SRM 2.9 is being tested by ATLAS. This version brings some new features (link1, link2).

dCache

dCache 1.9.7 was released on March 9th. The number of internal changes of dCache from the 1.9.6 series is small. Instead, the focus of 1.9.7 is to let go of some old baggage: many configuration files have changed, libraries have been upgraded and some deprecated components have been removed. See the release notes.

StoRM

Version 1.5 was released on 26/2 for SL4; the SL5 will be released soon. New features:
  • support for hierarchical storage (storage classes T1D0 and T1D1) based on GPFS and TSM
  • the checksummer service which that acts on behalf of StoRM to perform the computation of checksum
  • various enhancements and bug fixes
Note that from now on bugs will be fixed only in version 1.5.

LFC

LFC 1.7.3 has been released for SL5. The SL4 version will follow.

Experiment issues

Service Update: support, problem handling and alarm escalation

Following the reorganisation of IT department and some questions that had been raised at the daily WLCG operations meetings, the DB, DSS and PES groups of CERN IT were asked to summarize how alarm tickets in particular were handled.

The main points are:

  • People within the experiments authorized to issue alarm tickets for critical services should continue to do so as and when they consider that this is required;
  • As has been the case since the alarm mechanism was introduced (since when the number of real - as opposed to test - alarm tickets has been extremely low), each such ticket is analyzed at the subsequent WLCG Management Board in the Operations report against the targets (for the Tier0) that are summarized below:

Time Interval Issue Tier0 Target
30' Operation response to alarm / phone call to +4122 767 5011 99%
1 hour Operator response to alarm / call to x5011 100%
4 hours Expert intervention in response to above 95%
8 hours Problem resolved 90%
24 hours Problem resolved 99%

Although the number of problems has been too low to establish reliable statistics in all real cases concerning the Tier0 these targets have been met.

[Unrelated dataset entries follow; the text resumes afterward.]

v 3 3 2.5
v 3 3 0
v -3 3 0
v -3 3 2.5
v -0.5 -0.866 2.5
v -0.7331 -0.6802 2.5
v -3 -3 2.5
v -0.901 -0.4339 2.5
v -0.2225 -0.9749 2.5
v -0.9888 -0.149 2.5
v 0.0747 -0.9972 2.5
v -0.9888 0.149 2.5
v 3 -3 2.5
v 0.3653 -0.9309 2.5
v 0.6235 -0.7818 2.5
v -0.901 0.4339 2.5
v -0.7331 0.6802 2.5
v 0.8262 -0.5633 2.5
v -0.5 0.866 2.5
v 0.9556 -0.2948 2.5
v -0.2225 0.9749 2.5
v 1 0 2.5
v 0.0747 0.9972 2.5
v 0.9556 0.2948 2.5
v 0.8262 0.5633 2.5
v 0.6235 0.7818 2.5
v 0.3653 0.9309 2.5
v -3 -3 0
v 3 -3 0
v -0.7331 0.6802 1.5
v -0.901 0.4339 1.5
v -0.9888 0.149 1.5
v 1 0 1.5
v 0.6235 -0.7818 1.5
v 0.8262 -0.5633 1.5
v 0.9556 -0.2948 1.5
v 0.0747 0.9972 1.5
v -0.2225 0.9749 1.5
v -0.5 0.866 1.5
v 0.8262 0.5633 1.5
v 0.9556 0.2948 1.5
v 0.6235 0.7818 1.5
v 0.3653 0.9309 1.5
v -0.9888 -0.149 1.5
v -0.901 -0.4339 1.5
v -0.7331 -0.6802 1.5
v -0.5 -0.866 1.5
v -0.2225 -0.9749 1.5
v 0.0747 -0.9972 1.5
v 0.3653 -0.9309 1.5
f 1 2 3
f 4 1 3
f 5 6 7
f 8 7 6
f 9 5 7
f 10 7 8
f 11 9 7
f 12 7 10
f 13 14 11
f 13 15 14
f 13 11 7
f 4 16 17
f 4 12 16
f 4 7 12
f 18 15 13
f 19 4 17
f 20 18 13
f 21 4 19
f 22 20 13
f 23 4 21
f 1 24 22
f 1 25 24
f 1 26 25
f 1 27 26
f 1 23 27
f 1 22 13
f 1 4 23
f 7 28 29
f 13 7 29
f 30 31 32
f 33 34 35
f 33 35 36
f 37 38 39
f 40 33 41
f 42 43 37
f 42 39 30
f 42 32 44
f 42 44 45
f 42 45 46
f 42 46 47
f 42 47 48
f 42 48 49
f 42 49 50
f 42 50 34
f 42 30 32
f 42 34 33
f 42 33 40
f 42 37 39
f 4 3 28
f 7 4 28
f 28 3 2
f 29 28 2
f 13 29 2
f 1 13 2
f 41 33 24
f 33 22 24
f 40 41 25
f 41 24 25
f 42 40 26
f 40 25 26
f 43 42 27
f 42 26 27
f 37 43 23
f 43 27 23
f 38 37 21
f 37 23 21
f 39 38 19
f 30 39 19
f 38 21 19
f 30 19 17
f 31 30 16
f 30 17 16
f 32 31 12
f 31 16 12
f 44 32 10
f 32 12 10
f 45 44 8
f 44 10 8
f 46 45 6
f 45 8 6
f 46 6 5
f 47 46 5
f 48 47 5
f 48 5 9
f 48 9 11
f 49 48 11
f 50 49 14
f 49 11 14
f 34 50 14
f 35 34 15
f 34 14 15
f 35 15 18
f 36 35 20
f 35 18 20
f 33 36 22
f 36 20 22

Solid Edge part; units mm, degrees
sketch "Sketch1" plane through (0, 0, 0) normal (0, 0, 1) x (1, 0, 0)
  line L0 (-3, -3) -> (3, -3)
  line L1 (3, -3) -> (3, 3)
  line L2 (3, 3) -> (-3, 3)
  line L3 (-3, 3) -> (-3, -3)
extrude "Protrusion1" add sketch "Sketch1" along normal blind 2.5
sketch "Sketch2" plane through (0, 0, 2.5) normal (0, 0, 1) x (1, 0, 0)
  circle A0 centre (0, 0) radius 1
extrude "ExtrudedCutout_2" cut sketch "Sketch2" against normal blind 1
properties material "ABS Plastic, high impact"
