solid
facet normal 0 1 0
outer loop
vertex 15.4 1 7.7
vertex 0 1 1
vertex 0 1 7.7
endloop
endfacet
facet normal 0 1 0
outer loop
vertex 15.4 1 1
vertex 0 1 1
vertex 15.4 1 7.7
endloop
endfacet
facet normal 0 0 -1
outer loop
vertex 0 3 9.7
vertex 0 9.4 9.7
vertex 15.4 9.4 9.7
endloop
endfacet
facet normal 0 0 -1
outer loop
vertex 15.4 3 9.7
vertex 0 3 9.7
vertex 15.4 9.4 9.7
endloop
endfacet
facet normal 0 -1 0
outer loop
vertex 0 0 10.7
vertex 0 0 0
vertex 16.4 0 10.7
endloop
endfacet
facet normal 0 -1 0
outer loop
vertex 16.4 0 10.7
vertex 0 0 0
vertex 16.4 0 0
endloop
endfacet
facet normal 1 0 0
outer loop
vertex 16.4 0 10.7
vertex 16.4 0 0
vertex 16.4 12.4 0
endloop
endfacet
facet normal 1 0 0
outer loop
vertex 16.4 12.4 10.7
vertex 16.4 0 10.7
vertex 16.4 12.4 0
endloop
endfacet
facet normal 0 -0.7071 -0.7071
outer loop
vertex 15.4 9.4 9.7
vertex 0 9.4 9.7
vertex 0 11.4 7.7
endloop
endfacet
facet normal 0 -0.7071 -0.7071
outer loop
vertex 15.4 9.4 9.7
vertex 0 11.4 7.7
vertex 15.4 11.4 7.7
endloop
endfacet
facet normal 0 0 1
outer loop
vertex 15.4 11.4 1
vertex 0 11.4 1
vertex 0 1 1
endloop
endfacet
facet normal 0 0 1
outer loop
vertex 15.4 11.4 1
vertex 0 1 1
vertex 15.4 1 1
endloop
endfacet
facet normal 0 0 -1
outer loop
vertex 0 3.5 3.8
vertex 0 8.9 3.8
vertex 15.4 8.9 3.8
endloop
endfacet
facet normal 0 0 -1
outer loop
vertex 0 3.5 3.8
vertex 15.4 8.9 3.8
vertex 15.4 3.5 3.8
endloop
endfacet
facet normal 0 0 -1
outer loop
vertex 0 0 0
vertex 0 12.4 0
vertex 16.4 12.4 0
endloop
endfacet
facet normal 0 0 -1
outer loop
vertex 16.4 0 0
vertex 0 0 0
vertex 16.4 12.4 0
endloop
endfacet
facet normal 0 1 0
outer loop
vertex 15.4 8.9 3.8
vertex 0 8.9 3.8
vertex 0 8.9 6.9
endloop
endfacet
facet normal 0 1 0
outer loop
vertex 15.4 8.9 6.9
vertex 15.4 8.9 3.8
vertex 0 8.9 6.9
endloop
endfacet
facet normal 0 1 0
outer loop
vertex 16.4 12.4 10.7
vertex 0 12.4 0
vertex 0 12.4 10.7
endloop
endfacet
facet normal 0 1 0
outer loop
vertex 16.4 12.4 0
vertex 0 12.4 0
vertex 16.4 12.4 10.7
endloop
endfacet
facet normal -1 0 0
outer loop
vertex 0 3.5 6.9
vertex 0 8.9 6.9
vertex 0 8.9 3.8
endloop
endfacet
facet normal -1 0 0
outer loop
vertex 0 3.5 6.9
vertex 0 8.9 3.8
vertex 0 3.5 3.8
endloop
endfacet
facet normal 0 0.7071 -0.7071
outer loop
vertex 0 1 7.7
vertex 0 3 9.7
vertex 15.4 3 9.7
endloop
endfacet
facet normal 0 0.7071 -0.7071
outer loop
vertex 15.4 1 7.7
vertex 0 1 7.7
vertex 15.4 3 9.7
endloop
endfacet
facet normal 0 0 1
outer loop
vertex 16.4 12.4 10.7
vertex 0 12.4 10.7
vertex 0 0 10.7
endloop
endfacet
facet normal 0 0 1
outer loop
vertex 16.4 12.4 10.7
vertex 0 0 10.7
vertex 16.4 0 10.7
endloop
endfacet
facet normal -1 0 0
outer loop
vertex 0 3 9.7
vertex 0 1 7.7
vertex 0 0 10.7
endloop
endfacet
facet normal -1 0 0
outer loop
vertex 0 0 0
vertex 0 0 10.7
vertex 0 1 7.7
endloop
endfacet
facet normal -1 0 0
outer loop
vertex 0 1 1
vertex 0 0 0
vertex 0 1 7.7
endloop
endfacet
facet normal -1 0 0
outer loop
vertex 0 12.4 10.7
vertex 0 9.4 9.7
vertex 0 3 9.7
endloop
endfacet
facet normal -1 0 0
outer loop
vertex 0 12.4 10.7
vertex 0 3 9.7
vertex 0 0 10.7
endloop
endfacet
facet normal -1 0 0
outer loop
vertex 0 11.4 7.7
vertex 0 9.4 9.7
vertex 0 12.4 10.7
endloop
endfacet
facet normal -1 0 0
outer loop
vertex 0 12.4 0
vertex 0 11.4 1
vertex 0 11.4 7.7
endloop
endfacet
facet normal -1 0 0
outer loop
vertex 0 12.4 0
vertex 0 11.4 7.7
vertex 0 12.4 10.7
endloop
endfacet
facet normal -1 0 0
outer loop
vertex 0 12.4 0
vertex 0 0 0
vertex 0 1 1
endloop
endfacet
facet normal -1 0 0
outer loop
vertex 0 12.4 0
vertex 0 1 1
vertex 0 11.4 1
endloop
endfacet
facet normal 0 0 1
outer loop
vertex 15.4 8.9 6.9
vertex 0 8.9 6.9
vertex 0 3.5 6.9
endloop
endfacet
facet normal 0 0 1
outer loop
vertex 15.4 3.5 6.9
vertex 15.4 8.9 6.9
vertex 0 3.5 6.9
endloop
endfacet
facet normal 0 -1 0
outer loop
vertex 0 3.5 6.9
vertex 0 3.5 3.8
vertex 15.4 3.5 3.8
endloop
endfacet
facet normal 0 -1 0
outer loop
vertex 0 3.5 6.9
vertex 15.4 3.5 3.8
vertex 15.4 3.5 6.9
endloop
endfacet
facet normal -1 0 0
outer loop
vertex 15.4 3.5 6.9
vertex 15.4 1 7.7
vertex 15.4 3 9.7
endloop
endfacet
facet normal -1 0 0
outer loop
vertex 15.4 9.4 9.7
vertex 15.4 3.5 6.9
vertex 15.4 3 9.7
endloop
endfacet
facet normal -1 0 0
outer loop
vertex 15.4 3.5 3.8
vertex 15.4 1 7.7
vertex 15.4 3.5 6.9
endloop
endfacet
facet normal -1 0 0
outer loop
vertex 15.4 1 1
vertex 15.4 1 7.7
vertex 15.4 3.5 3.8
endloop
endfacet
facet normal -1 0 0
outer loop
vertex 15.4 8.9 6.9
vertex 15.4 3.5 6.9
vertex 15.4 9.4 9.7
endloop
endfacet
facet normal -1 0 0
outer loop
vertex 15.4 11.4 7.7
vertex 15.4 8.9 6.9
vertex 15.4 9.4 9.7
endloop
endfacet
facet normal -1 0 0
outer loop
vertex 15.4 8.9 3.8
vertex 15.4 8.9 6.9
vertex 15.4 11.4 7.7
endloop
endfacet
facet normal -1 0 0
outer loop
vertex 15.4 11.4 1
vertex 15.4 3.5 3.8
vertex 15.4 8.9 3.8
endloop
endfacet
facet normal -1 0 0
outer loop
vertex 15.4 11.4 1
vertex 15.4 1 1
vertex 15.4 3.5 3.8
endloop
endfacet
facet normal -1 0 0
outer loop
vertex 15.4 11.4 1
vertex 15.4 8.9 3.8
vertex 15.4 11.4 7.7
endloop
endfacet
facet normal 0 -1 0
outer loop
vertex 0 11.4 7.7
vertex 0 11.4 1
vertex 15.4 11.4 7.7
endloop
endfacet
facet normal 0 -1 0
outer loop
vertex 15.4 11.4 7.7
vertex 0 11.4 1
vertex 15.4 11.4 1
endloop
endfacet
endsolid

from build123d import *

# Parameters (mm, degrees)
F0_W     = 16.4
F0_H     = 12.4
F1_DEPTH = 10.7
F2_T     = -1
F3_W     = 5.4
F3_H     = 3.1
F4_DEPTH = 15.4
F5_SIZE  = 2


with BuildPart() as f1:
    # F0 (on Top) → F1 (new body)
    with BuildSketch(Plane.XY):
        with Locations((8.2, 6.2)):
            Rectangle(F0_W, F0_H)
    extrude(amount=F1_DEPTH)

    # F2
    f2_openings = [f1.faces().sort_by_distance(p)[0] for p in [
        (0, 6.2, 5.35),
    ]]
    offset(amount=F2_T, openings=f2_openings)

    # F3 (on face) → F4 (join, through all)
    with BuildSketch(Plane(origin=(0, 0, 0), x_dir=(0, -1, 0), z_dir=(-1, 0, 0))):
        with Locations((-6.2, 5.35)):
            Rectangle(F3_W, F3_H)
    extrude(amount=-F4_DEPTH)

    # F5
    f5_edges = [f1.edges().sort_by_distance(p)[0] for p in [
        (7.7, 11.4, 9.7),
        (7.7, 1, 9.7),
    ]]
    chamfer(f5_edges, length=F5_SIZE)


solid = f1.part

The slides from the various groups can be found here.

ATLAS pointed out a discrepancy between the support levels of CASTOR - for which an on-call ("piquet") service is provided - and services that it depends on, such as the CASTOR DBs for which an on-call service is not currently provided by IT-DB (although the non-CASTOR physics DBs are covered).

The Physics Database services have on-call experts with 24x7 coverage (online & offline databases), whereas Database replication has 8x5 coverage with best-effort outside working hours.

A presentation on Service Deployment and Support was made based on input from ATLAS. This included the following key points:

  • Major upgrades should be carried out during LHC technical stops (it being understood that the current WLCG procedures for announcing downtimes have to be revised to cater for the needed service + experiment flexibility in rescheduling associated downtimes);
    • The recently established procedure for handling interventions, with a "change assessment" followed by testing of the functionality by the experiment + IT-ES being much appreciated
  • The expectation that Critical Services - such as those identified by WLCG bodies already at the time of CCRC'08 (wiki page) - have 24x7 coverage
  • It was noted that GGUS TEAM and ALARM tickets work well for ATLAS but that a GGUS template, handling the different information that various sites require for ALARM tickets, be provided (based on keywords).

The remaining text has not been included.